Еще раньше, в начале 1983 г. был опубликован (тоже сначала в зарубежной печати) доклад двух академиков – Татьяны Заславской и Авела Агангебяна, в котором говорилось (стр. 185), что советское общество «представляет отныне устаревшую систему производственных отношений и управления народным хозяйством, порождающую постоянный спад производства, постепенную утрату заинтересованности трудящихся в результатах своего труда, неспособность обеспечить полное и адекватное использование трудового и умственного потенциала общества…» Вот так сюрприз: социализм, да еще развитой, – и устаревшие производственные отношения…

 

Брежневская камарилья в эти проблемы вникать не хотела, надеясь на то, что «на наш век хватит». Возглавивший в 1982 году партию и государство Андропов был более информированным и, видимо, более ответственным человеком.
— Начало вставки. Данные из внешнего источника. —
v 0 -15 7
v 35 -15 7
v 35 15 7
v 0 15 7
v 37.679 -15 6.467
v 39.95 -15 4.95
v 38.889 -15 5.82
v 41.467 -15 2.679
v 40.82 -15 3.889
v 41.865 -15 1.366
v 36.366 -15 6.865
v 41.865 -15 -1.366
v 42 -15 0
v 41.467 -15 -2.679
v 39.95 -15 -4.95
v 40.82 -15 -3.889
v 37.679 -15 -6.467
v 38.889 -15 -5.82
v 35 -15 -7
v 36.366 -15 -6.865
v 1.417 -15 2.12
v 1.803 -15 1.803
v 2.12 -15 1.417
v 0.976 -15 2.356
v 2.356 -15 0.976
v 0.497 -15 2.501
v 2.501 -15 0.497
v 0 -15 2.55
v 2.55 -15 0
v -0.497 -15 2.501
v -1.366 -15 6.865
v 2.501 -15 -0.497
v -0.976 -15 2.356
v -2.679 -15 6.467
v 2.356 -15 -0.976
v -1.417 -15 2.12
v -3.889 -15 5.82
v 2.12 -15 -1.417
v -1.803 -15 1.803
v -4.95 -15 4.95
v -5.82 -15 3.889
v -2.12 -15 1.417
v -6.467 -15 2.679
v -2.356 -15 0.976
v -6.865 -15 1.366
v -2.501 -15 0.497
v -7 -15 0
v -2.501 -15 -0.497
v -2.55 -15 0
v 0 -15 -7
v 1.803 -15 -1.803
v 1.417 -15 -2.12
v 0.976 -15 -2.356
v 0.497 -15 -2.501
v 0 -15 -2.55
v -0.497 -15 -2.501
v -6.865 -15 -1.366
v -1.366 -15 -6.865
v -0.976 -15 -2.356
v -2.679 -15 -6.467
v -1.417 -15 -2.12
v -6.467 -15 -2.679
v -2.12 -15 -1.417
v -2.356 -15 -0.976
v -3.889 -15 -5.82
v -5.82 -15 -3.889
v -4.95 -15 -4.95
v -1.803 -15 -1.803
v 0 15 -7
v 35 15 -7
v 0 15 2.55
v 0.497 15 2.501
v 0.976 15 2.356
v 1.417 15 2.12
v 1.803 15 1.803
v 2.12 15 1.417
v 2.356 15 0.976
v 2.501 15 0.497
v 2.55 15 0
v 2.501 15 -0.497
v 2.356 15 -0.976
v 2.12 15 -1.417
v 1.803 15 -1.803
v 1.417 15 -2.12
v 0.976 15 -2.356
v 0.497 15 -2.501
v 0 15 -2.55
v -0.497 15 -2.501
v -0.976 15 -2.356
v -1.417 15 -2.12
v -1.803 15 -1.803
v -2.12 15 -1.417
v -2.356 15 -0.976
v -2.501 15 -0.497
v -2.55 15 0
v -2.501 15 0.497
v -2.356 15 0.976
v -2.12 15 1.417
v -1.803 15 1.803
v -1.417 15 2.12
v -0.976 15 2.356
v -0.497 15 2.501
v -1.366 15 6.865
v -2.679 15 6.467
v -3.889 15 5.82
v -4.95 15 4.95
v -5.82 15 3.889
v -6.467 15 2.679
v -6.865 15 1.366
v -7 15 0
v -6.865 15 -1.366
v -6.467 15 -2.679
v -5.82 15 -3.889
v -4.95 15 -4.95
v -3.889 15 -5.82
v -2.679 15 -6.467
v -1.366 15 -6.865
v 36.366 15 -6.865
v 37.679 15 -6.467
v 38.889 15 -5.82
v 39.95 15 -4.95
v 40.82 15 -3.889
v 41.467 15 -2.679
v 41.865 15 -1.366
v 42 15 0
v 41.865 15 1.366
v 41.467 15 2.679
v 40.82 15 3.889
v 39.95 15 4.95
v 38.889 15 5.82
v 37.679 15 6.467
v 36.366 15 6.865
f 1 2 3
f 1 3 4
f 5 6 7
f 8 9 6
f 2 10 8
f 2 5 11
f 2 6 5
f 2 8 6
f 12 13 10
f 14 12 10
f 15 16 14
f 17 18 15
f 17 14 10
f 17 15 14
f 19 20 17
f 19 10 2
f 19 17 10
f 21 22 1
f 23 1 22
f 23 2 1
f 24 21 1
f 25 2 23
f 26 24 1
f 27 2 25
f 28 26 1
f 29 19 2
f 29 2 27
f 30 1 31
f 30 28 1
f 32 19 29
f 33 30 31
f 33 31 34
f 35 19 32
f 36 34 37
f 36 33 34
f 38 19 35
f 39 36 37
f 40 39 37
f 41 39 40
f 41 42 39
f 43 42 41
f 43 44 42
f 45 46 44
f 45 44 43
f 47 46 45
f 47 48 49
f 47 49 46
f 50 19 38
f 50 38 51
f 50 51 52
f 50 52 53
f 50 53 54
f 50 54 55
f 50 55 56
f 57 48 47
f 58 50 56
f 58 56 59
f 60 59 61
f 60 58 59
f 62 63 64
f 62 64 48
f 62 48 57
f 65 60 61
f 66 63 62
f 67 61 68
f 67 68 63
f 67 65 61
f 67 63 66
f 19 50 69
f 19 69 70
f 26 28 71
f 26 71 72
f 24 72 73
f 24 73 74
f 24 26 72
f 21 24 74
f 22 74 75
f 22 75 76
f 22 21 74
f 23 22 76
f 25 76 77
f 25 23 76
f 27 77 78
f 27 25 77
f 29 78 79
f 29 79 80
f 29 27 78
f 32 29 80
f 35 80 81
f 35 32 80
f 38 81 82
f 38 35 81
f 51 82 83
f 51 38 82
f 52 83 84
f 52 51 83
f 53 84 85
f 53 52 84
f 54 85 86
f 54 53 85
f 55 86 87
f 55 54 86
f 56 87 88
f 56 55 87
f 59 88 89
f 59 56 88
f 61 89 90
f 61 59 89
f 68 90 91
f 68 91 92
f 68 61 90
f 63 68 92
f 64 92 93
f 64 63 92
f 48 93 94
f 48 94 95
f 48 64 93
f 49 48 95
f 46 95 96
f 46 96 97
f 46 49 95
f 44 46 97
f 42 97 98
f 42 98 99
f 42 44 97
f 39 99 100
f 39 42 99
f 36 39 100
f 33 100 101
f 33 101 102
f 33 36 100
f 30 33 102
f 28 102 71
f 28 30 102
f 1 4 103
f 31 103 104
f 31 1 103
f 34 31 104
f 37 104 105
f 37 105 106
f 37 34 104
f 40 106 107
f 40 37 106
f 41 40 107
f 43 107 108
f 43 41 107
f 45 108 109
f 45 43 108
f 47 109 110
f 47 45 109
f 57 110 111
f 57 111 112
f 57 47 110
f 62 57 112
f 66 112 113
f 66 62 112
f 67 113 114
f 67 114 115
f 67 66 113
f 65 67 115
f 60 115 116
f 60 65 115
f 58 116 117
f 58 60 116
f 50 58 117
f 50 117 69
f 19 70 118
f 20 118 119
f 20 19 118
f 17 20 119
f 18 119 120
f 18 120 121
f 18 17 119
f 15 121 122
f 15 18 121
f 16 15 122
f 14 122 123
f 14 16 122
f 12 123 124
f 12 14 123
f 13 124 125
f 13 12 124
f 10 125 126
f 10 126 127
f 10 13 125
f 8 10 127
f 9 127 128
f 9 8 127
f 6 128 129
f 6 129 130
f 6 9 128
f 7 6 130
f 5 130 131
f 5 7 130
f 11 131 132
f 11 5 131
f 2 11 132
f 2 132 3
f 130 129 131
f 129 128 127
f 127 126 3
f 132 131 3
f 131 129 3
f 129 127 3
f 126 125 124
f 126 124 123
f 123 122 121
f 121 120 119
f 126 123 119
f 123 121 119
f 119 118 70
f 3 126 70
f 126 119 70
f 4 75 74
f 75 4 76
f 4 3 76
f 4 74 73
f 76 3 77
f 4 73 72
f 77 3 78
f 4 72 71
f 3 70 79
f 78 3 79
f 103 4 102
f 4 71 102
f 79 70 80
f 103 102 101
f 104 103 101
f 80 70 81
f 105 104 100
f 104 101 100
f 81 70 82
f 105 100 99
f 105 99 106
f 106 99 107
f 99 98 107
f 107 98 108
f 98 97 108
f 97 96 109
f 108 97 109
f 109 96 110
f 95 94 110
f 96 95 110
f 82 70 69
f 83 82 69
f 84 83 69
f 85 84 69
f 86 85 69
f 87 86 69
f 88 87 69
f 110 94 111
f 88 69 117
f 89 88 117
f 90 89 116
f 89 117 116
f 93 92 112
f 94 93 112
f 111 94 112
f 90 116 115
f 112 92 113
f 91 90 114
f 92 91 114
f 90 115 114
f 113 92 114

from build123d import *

# Parameters (mm, degrees)
AUFSATZ_LINEAR_AUSTRAGEN1_DEPTH      = 15
AUFSATZ_LINEAR_AUSTRAGEN1_DEPTH_BACK = 15
SKIZZE1_R                            = 2.55


with BuildPart() as part:
    # Skizze1 → Aufsatz-Linear austragen1 (new, two sides: drawn at the far end of the back side and taken through both)
    with BuildSketch(Plane(origin=(0, 0, 0), x_dir=(1, 0, 0), z_dir=(0, 1, 0)).offset(-AUFSATZ_LINEAR_AUSTRAGEN1_DEPTH_BACK)):
        with BuildLine():
            Line((0, 7), (35, 7))
            ThreePointArc((35, 7), (42, 0), (35, -7))
            Line((35, -7), (0, -7))
            ThreePointArc((0, -7), (-7, 0), (0, 7))
        make_face()
        Circle(SKIZZE1_R, mode=Mode.SUBTRACT)
    extrude(amount=AUFSATZ_LINEAR_AUSTRAGEN1_DEPTH + AUFSATZ_LINEAR_AUSTRAGEN1_DEPTH_BACK)


solid = part.part
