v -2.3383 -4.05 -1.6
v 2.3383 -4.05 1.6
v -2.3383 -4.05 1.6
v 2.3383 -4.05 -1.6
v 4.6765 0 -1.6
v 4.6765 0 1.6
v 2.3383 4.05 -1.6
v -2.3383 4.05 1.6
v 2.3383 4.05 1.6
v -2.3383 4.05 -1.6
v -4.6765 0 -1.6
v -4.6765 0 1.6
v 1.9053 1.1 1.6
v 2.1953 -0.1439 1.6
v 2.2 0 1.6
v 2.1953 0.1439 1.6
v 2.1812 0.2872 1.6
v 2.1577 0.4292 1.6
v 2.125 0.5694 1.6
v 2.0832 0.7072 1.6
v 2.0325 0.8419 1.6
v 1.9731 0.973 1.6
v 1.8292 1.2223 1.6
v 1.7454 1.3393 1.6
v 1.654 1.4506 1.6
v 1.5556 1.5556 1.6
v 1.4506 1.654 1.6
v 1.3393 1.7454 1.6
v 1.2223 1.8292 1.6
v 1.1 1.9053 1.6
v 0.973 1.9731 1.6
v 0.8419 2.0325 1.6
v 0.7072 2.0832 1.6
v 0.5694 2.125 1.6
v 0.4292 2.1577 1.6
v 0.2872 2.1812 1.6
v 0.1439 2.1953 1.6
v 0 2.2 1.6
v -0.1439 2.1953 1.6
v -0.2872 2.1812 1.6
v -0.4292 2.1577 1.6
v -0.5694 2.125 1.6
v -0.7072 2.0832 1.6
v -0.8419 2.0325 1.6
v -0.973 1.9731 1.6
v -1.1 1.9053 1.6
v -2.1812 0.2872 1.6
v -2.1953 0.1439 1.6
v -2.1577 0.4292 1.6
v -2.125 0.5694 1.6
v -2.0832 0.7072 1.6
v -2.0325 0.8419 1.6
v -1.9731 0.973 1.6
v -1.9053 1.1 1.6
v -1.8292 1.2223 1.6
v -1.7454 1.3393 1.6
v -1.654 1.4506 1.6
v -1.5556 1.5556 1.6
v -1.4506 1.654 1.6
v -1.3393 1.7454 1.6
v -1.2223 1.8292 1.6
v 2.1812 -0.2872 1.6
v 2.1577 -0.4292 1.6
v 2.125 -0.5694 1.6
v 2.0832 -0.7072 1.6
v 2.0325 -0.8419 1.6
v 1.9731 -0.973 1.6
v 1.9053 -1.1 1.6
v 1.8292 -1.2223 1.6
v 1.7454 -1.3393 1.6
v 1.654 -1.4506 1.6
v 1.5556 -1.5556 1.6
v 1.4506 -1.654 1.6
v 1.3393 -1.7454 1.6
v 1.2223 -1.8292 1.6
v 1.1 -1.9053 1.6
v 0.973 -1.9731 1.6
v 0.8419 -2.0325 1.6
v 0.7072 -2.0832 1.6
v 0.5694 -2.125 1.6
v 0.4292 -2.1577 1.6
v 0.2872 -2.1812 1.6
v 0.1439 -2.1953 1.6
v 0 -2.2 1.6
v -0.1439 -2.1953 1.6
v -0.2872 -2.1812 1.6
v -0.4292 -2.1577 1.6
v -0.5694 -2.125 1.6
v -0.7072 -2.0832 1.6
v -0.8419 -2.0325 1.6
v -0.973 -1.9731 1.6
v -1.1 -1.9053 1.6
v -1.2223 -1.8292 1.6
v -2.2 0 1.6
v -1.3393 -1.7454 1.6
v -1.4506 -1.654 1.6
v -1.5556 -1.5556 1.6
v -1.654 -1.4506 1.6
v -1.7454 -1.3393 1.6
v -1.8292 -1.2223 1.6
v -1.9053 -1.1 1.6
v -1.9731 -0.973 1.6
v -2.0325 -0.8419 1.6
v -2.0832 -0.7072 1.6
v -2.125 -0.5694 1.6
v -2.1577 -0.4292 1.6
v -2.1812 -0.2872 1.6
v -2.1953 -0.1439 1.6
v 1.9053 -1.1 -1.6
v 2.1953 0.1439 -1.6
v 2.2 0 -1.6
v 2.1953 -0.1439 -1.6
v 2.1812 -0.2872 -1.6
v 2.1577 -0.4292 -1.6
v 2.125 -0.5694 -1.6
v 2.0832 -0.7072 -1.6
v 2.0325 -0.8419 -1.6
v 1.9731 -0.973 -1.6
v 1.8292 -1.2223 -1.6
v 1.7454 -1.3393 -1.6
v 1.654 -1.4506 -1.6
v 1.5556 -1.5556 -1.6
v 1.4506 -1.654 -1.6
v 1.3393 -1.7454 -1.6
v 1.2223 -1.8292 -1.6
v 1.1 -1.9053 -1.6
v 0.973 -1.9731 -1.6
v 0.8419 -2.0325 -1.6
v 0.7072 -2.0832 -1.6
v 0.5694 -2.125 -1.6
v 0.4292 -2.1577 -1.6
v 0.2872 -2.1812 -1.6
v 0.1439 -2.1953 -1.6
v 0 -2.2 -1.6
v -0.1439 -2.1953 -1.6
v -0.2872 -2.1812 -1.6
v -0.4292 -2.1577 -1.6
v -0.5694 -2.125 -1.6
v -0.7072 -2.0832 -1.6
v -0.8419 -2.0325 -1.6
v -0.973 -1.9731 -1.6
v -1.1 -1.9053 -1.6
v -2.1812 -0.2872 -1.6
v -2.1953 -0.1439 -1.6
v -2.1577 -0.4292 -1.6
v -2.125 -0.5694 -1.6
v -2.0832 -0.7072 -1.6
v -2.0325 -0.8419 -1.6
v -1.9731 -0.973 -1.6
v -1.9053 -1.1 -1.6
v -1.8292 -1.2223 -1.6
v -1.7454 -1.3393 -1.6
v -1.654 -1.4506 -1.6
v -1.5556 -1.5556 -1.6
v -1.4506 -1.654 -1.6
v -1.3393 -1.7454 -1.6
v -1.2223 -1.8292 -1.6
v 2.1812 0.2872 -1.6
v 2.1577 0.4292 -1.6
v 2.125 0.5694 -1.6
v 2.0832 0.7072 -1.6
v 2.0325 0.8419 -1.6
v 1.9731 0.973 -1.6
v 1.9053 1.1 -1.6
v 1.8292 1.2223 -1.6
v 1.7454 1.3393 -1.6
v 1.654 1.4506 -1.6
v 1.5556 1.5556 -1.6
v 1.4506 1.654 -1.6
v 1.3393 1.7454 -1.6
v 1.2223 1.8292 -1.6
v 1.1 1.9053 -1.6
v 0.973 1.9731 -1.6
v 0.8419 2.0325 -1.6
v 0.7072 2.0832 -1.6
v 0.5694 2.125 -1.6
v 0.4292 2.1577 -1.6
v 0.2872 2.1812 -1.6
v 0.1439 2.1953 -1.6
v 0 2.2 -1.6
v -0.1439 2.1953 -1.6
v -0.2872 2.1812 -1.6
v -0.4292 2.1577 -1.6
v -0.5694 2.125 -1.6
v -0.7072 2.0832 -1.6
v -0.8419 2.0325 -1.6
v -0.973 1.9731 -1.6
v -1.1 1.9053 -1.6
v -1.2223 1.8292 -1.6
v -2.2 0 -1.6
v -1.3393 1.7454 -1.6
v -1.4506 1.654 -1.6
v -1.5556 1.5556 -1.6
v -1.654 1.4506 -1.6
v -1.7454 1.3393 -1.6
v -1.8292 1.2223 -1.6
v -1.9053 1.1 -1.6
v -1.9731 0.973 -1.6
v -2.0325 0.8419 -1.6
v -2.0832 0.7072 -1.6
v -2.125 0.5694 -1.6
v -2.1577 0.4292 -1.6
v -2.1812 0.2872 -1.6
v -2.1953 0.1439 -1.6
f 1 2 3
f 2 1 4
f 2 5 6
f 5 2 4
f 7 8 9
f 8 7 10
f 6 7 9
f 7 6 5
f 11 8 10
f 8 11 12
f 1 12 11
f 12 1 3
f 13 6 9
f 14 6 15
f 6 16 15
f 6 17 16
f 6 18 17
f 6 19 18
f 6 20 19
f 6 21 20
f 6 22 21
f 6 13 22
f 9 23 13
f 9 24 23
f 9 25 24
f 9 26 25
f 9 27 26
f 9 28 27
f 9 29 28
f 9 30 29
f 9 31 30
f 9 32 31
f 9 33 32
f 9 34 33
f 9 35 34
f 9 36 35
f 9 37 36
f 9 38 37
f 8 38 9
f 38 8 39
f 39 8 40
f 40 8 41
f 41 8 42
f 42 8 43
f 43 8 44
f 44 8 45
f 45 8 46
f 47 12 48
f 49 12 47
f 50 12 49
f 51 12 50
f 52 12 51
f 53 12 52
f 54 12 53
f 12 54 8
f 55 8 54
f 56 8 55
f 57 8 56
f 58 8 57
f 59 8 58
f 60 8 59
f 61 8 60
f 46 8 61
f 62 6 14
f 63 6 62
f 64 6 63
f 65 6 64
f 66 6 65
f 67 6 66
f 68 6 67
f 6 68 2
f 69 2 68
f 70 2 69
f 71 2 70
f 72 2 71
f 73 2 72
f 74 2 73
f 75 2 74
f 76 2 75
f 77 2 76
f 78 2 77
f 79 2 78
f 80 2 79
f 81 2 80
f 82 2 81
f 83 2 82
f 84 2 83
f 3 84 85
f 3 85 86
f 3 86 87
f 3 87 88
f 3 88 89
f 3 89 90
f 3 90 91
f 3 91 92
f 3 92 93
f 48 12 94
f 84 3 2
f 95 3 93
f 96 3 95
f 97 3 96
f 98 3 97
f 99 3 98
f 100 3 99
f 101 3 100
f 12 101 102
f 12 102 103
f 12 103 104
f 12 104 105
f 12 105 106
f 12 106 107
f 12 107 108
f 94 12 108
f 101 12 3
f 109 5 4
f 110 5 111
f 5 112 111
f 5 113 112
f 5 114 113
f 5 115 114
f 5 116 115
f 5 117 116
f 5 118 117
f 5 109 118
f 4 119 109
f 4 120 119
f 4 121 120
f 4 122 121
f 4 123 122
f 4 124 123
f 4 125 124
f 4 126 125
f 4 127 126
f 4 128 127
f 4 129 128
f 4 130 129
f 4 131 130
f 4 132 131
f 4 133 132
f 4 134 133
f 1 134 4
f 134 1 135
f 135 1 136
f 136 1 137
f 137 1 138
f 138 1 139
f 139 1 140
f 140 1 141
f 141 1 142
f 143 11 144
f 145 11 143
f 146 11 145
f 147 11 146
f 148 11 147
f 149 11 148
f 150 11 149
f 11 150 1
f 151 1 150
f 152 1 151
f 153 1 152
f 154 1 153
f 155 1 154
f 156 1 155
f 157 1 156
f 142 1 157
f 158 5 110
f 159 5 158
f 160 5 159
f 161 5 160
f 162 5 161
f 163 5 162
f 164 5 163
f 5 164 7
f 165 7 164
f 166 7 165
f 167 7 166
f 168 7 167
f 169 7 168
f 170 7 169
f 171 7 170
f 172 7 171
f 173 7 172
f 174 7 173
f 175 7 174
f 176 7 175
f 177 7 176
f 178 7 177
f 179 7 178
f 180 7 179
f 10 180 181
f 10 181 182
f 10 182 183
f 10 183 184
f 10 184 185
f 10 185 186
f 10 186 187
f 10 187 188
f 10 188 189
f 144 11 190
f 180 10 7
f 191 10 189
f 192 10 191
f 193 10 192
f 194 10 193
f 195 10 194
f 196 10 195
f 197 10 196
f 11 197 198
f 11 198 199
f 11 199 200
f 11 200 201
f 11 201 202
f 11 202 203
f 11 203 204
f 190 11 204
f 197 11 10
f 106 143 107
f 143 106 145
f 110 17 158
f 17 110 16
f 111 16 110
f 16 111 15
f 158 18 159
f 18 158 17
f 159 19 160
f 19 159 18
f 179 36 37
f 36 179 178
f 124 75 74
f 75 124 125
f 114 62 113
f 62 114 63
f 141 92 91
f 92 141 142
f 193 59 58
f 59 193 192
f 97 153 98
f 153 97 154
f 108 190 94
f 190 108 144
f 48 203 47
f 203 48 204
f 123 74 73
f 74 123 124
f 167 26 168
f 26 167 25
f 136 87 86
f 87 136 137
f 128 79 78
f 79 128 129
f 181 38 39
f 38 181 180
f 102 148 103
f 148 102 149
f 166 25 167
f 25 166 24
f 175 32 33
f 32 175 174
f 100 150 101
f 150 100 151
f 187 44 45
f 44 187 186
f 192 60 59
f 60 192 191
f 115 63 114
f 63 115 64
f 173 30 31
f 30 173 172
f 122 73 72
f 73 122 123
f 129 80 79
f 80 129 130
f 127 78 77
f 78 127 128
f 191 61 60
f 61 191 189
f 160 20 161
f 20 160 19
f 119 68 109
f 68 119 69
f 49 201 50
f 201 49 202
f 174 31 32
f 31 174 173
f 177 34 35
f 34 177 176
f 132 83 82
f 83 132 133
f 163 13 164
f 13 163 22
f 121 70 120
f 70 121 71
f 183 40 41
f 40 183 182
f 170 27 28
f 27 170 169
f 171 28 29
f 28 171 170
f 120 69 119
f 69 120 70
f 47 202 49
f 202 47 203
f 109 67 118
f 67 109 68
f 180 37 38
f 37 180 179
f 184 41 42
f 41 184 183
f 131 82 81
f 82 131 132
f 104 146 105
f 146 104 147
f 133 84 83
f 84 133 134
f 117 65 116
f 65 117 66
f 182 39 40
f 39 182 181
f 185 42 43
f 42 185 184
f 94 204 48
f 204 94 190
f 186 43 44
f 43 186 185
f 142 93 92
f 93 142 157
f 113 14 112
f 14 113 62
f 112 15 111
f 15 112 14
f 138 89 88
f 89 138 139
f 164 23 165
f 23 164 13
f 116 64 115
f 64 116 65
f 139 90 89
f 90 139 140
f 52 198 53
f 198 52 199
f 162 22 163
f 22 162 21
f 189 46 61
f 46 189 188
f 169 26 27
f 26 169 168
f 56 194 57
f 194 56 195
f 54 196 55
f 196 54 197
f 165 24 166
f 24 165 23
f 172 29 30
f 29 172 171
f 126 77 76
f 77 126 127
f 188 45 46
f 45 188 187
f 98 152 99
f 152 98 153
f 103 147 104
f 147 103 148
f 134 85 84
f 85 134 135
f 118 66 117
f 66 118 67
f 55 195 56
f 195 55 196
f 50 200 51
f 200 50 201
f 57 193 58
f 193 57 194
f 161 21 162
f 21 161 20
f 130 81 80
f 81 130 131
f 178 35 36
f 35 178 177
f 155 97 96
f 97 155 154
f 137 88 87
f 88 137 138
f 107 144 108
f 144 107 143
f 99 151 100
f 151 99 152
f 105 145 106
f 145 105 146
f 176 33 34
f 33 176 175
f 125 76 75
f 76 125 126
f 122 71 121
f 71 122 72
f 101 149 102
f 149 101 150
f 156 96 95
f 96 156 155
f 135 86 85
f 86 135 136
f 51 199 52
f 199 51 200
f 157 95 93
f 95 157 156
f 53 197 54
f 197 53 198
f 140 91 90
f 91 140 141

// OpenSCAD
// Hex nut for 4.0mm screws, 8.1mm across flats, 3.2mm thick
thread_diameter = 4.0;          // mm
across_flats    = 8.1;          // mm
thickness       = 3.2;          // mm

// Printing/fit controls
hole_clearance  = 0.4;          // mm added to diameter (clearance hole)
eps             = 0.02;         // small overlap for robust boolean ops

// Optional washer (kept disabled to ensure single connected solid by default)
washer_enabled        = 0;      // 0/1
washer_outer_diameter = 9.0;    // mm
washer_thickness      = 0.8;    // mm
washer_overlap        = 0.6;    // mm overlap into nut to guarantee connection if enabled

$fn = 96;

// Derived
hex_R = across_flats / (2 * cos(30));                 // circumradius for $fn=6 cylinder
hole_d = thread_diameter + hole_clearance;            // clearance hole diameter
hole_r = hole_d / 2;

module hex_nut_body() {
    difference() {
        // Hex prism
        cylinder(r = hex_R, h = thickness, center = true, $fn = 6);

        // Through-hole (extend beyond thickness to ensure clean cut)
        cylinder(r = hole_r, h = thickness + 2*eps, center = true, $fn = 96);
    }
}

module washer_body() {
    difference() {
        cylinder(r = washer_outer_diameter/2, h = washer_thickness, center = true, $fn = 128);
        cylinder(r = hole_r, h = washer_thickness + 2*eps, center = true, $fn = 96);
    }
}

module assembly() {
    if (washer_enabled) {
        union() {
            hex_nut_body();
            // Place washer directly under nut with calculated overlap to ensure connectivity
            translate([0, 0, -(thickness/2 + washer_thickness/2 - washer_overlap)])
                washer_body();
        }
    } else {
        hex_nut_body();
    }
}

assembly();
Он понимал, что что-то надо делать, но отказываться от основ социализма, а также от «державности» (см. выше) он тоже не мыслил. Сироткин приводит (стр. 186) выдержку из мемуаров вхожего в то время к Андропову Георгия Корниенко: «По крайней мере, дважды в моем присутствии он говорил примерно так: какой там, к черту, развитой социализм, нам до простого социализма еще пахать и пахать». Но, добавляет Сироткин от себя: «Вся проблема и Андропова, и Горбачева состояла не в том, что они оба уже хорошо понимали – брежневский «зрелый социализм» есть «утка», плод воображения сусловских пропагандистов-догматиков. Проблема была в другом: а что представляет из себя просто социализм и в какую сторону от «брежневской бормотухи» к нему надо пахать и пахать?»

 

Начались судорожные метания. Поклонникам «твердой руки», проклинающим Горбачева за «развал могучего Советского Союза», и полагающим, что Андропов, поживи он дольше, «навел бы порядок», полезно будет узнать: все, что делал Горбачев первые два-три года «перестройки», было подготовлено Андроповым (стр. 187): «Еще при Андропове «мозговым центром» 28 августа 1983 г. было подготовлено постановление ЦК КПСС и Совмина СССР «О мерах по ускорению научно-технического прогресса в народном хозяйстве», ставшее с избранием Горбачева на пост генсека первым отправным документом перестройки». То же самое относится к кампании борьбы «против пьянства и алкоголизма» (стр. 209-210). Дальше Горбачев метался уже по собственному разумению, но, в общем, в том же стиле: «как бы это и капитал приобрести, и невинность соблюсти». Эти метания в той или иной степени ускоряли развал, но и без них он был неизбежен.

 

Вывод: в довоенное время советский режим держался на страшных репрессиях и благодаря «темноте» народных масс. После войны у значительной части населения пелена с глаз спала, а переход в мире от индустриального к постиндустриальному обществу окончательно высветил непродуктивность подневольного труда и сделал губительными для экономики массовые репрессии. Отсчет развала социалистической экономики можно вести с 1945 года: поначалу незаметный, он все ускорялся и закончился неизбежным крахом в 1991 году.